Rd. 4/1 - Fiction vs. Fight

20 Comments

  • David Madalinski - 6 years ago

    My rule of thumb was to vote for whichever film I can and have watched multiple times. So with these 2, Fight Club went down for the count.

  • Bee from SF - 6 years ago

    I voted for Fight Club (I think both Handy Barker & Mike H. are right on about Pulp Fiction) but I also feel like legitimate criticisms of that movie are being somewhat papered over in a lot of this discussion. The movie's message is very much anti-consumerism, which is hardly a revolutionary one. It ultimately blames individuals and bad actors rather than systemic or structural problems, leaving it wide open for a reactionary appropriation that we did see in those college clubs and various other examples of toxic masculinity. Which certainly makes it an especially 90s film, if nothing else.

  • Chris Moody - 6 years ago

    I am Jack's bitter taste of resignation. I love Fight Club. When it was released we had recently bought our first house and were busy poring over the IKEA catalogue for 'storage solutions' and 'flexible seating', whatever that is. And within the first reel Ed Norton's laconic VO tore apart our consumer world, hurling me deep into the netherworld of men reclaiming themselves, which as presented is definitely a case of frying pan and fire...
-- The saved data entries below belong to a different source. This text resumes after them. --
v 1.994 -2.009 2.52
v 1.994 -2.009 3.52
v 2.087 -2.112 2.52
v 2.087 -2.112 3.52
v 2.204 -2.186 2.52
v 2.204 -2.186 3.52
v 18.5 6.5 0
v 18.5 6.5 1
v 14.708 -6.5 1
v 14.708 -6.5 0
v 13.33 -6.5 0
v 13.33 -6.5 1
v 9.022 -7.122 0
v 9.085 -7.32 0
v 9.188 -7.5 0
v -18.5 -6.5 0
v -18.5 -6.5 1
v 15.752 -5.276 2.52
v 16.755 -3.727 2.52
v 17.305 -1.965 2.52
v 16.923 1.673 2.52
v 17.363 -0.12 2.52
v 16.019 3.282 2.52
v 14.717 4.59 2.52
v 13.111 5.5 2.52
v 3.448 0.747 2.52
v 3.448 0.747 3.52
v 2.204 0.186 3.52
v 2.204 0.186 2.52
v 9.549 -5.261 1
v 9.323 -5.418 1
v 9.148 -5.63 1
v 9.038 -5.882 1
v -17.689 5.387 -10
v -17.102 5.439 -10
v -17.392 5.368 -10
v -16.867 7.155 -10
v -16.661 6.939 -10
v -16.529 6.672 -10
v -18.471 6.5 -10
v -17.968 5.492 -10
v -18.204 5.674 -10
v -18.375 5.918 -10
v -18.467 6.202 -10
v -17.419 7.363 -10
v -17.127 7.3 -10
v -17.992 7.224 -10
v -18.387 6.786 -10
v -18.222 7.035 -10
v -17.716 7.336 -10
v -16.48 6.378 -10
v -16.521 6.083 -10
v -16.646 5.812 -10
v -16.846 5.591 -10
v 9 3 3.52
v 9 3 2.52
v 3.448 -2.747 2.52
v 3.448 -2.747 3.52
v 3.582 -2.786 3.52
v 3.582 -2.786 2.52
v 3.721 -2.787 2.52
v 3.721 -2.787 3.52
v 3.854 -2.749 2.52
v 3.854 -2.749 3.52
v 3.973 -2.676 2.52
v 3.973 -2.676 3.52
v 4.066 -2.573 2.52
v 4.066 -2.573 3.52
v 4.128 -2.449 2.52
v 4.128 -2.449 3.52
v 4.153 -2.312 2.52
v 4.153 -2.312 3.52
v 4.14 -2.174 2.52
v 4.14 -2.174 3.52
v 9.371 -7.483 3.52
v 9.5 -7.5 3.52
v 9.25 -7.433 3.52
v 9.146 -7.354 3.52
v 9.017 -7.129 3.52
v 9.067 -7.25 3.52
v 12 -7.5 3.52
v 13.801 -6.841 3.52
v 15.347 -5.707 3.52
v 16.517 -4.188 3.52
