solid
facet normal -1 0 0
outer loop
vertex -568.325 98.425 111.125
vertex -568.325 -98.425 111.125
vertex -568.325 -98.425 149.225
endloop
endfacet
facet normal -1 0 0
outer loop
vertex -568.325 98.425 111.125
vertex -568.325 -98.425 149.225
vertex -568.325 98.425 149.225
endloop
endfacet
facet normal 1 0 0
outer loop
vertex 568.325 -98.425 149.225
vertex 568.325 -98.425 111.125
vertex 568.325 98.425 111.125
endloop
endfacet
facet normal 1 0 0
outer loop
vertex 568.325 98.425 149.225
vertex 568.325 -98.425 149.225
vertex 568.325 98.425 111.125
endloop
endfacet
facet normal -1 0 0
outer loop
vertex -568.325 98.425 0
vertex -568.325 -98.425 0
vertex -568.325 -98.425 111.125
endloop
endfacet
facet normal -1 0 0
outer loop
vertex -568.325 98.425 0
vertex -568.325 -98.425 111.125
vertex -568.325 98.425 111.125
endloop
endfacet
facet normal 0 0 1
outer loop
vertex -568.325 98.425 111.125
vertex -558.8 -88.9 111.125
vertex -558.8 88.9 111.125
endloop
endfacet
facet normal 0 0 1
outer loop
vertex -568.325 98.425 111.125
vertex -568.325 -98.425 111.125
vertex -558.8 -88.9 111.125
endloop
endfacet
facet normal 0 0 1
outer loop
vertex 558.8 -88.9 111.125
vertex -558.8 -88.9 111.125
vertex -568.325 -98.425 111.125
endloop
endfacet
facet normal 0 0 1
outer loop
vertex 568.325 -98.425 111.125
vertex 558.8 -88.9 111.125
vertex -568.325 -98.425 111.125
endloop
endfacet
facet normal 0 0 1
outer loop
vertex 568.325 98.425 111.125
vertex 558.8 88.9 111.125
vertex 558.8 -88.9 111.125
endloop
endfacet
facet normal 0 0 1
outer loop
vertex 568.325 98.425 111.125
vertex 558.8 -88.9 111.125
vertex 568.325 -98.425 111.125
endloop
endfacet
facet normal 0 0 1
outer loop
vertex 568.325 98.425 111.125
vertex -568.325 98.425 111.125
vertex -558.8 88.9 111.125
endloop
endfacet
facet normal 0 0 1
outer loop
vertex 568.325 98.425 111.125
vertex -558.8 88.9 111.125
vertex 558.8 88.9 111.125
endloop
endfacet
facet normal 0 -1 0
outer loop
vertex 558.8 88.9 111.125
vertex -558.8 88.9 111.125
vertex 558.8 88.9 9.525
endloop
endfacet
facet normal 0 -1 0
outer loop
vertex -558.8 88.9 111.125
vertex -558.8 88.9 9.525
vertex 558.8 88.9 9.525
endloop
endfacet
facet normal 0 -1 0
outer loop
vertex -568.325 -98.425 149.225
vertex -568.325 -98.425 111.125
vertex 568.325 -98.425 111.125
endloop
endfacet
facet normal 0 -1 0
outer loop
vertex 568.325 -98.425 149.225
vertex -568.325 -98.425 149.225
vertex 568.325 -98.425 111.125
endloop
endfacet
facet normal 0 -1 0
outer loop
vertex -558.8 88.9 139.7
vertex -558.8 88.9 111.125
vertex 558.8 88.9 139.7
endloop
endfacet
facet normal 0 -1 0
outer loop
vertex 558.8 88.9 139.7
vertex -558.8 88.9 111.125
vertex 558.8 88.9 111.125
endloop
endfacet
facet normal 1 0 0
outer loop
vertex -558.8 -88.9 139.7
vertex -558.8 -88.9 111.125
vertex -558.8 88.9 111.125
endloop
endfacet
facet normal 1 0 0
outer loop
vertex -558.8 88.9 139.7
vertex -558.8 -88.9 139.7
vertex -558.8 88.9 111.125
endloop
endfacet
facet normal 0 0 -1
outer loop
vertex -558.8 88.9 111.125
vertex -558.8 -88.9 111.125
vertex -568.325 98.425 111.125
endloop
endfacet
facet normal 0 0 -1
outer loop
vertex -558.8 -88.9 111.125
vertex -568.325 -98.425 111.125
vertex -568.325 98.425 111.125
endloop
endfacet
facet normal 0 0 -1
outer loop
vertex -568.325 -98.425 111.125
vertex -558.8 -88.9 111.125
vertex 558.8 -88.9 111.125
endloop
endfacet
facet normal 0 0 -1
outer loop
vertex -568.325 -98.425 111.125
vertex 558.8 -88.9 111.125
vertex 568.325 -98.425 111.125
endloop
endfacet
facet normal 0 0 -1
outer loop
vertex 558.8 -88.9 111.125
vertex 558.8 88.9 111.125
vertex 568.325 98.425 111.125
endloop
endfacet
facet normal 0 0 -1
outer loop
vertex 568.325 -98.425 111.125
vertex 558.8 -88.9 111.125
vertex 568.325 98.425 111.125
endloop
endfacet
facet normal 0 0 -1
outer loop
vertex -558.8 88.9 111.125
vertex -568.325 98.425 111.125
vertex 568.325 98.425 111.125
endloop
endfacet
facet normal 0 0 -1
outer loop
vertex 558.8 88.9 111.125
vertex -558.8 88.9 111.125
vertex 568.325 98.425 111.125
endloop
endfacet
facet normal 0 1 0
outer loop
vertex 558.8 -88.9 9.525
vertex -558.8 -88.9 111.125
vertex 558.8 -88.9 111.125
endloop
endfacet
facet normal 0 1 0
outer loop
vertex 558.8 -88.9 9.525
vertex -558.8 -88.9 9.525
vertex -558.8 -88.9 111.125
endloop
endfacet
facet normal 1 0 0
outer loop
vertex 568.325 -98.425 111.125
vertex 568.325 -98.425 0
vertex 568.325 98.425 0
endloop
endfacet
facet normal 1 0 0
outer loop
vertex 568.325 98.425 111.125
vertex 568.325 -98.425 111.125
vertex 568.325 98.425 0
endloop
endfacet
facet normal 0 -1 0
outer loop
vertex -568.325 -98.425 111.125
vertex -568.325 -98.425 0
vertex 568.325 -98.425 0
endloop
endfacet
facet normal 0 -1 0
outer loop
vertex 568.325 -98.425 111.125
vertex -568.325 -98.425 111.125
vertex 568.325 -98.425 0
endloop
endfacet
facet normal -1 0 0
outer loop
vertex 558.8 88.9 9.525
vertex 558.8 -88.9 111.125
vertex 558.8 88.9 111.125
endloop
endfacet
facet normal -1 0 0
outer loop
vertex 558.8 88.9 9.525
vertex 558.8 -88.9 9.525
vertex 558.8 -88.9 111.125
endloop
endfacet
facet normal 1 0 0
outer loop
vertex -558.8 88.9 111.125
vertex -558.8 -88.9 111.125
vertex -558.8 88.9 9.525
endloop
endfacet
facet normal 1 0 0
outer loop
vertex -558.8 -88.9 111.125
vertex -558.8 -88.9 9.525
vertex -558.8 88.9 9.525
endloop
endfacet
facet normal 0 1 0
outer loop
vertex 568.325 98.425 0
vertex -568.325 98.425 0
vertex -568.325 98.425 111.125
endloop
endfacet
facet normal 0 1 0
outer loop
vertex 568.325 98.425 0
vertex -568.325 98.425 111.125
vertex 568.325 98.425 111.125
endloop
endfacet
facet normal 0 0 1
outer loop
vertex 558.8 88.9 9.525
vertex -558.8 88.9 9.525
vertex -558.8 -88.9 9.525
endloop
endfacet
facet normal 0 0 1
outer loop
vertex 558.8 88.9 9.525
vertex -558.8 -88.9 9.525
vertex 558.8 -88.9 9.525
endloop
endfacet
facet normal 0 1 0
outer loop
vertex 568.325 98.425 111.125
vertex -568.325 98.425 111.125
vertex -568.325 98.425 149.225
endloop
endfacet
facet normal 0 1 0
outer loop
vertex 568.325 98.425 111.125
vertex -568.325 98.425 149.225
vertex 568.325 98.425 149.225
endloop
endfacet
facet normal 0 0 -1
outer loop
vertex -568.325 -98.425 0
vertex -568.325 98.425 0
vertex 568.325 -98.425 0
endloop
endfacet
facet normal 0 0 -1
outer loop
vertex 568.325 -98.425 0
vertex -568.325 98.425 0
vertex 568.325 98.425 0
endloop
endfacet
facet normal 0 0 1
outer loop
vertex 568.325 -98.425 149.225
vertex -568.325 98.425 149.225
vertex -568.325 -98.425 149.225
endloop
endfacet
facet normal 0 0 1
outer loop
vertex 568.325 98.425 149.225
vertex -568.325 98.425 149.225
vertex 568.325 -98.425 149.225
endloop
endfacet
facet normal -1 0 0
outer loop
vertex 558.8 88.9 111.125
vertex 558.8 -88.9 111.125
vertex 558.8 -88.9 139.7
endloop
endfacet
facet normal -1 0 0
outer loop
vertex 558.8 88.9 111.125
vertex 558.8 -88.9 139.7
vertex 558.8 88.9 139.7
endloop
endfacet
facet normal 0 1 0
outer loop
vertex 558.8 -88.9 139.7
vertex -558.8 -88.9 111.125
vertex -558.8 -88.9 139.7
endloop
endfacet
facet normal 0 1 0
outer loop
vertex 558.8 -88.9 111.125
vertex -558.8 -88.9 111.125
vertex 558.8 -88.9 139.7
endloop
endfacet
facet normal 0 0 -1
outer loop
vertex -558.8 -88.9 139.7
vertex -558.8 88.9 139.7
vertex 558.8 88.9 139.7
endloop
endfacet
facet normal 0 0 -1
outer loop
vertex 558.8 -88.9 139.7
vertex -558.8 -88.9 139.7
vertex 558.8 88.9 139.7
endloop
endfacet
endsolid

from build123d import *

# Parameters (mm, degrees)
F0_W     = 1136.65
F0_H     = 196.85
F0_W_2   = 1117.6
F0_H_2   = 177.8
F1_DEPTH = 111.125
F2_DEPTH = 38.1
F3_T     = -9.525
F3_2_T   = -9.525


# Not quite as in the source:
# - a feature of the source that left no trace in its solid (it failed there, or was rolled back) is left out


with BuildPart() as f1:
    # F0 (on Top) → F1 (new body)
    with BuildSketch(Plane.XY):
        Rectangle(F0_W, F0_H)
        Rectangle(F0_W_2, F0_H_2, mode=Mode.SUBTRACT)
        Rectangle(F0_W_2, F0_H_2)
    extrude(amount=F1_DEPTH)


with BuildPart() as f2:
    # F2 (new): a face of the model
    f2_faces = [f1.part.faces().sort_by_distance(p)[0] for p in [
        (0, 0, 111.125),
    ]]
    extrude(f2_faces, amount=F2_DEPTH)

    # F3#2
    f3_2_openings = [f2.faces().sort_by_distance(p)[0] for p in [
        (0, 0, 111.125),
    ]]
    offset(amount=F3_2_T, openings=f3_2_openings)


with BuildPart() as f1_1:
    add(f1.part)

    # F3
    f3_openings = [f1_1.faces().sort_by_distance(p)[0] for p in [
        (0, 0, 111.125),
    ]]
    offset(amount=F3_T, openings=f3_openings)


solid = Compound([f2.part, f1_1.part])
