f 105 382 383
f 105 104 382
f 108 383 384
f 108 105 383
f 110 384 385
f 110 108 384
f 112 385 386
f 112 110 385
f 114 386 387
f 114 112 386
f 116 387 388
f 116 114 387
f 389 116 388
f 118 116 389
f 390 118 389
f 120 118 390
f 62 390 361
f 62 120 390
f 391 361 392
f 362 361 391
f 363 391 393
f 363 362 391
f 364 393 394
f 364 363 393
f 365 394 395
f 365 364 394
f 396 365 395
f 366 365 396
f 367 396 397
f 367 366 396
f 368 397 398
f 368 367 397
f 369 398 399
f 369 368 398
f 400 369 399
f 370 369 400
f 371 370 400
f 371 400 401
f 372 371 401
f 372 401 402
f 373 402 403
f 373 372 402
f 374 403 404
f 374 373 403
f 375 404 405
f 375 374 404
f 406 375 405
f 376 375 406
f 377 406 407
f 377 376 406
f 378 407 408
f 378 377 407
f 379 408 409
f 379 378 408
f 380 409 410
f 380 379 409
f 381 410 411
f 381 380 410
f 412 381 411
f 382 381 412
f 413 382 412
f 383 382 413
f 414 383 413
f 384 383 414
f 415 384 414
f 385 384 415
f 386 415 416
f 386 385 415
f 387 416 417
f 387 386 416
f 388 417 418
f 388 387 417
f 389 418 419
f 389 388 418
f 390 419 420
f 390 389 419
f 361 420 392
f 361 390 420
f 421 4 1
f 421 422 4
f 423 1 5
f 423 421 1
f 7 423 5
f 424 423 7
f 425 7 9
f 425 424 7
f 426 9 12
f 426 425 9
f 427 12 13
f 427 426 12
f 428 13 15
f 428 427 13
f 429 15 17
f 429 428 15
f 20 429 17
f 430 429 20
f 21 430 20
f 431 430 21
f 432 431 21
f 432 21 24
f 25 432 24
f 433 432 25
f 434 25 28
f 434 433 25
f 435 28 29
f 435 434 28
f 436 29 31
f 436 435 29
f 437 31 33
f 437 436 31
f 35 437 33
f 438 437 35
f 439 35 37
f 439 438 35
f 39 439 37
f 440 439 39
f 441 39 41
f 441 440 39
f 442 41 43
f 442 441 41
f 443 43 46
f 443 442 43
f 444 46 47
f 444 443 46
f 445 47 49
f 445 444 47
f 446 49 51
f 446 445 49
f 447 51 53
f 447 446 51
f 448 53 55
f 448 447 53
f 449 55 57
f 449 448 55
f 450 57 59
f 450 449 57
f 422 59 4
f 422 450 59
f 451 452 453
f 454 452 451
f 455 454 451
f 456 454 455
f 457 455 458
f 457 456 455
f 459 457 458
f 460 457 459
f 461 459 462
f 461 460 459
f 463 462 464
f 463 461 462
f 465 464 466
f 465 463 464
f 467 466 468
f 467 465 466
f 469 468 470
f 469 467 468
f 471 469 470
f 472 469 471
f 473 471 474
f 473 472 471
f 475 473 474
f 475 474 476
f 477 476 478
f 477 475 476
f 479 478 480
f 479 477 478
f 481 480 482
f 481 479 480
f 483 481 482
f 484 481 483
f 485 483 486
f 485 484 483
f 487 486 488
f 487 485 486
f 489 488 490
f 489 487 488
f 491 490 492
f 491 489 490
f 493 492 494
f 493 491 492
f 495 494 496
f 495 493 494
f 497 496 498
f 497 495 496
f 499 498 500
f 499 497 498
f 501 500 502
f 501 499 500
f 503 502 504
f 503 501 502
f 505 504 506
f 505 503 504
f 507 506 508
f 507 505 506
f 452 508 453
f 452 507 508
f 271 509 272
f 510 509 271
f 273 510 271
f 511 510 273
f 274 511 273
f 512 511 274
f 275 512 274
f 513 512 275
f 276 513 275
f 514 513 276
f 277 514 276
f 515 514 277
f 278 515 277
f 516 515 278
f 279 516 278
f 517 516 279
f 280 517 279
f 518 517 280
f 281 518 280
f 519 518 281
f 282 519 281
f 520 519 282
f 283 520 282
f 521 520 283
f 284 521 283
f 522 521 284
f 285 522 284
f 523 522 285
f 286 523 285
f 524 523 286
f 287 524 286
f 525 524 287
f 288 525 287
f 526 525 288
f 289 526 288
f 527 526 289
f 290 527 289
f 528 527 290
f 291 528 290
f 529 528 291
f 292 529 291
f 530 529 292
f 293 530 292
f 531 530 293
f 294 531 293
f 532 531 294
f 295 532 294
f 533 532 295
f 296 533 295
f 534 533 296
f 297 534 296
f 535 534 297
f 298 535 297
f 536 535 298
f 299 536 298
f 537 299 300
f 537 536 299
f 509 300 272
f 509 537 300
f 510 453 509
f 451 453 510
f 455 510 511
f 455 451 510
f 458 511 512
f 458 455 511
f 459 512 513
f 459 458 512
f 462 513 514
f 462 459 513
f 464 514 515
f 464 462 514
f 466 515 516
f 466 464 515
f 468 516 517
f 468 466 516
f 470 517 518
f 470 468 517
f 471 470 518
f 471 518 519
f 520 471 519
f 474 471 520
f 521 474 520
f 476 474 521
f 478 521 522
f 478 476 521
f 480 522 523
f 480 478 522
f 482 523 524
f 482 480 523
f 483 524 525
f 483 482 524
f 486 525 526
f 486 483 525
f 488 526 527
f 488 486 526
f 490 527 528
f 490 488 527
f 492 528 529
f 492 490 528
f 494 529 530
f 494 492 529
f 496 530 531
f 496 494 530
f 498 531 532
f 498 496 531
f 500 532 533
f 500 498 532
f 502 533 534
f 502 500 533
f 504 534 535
    But, but, but... Pulp Fiction. Y'know? Even with QT's terrible performance. Not long before this release, my (now) wife and I had our first date at The Fisher King. Seeing Amanda Plummer stand on the diner table and bellow at the customers made my jaw hit the floor. And it got better. So quotable. So many iconic images. And if PF goes, future generations will think the irritating Direct Line insurance ads in the UK are where Winston Wolf originated... which is NOT ok.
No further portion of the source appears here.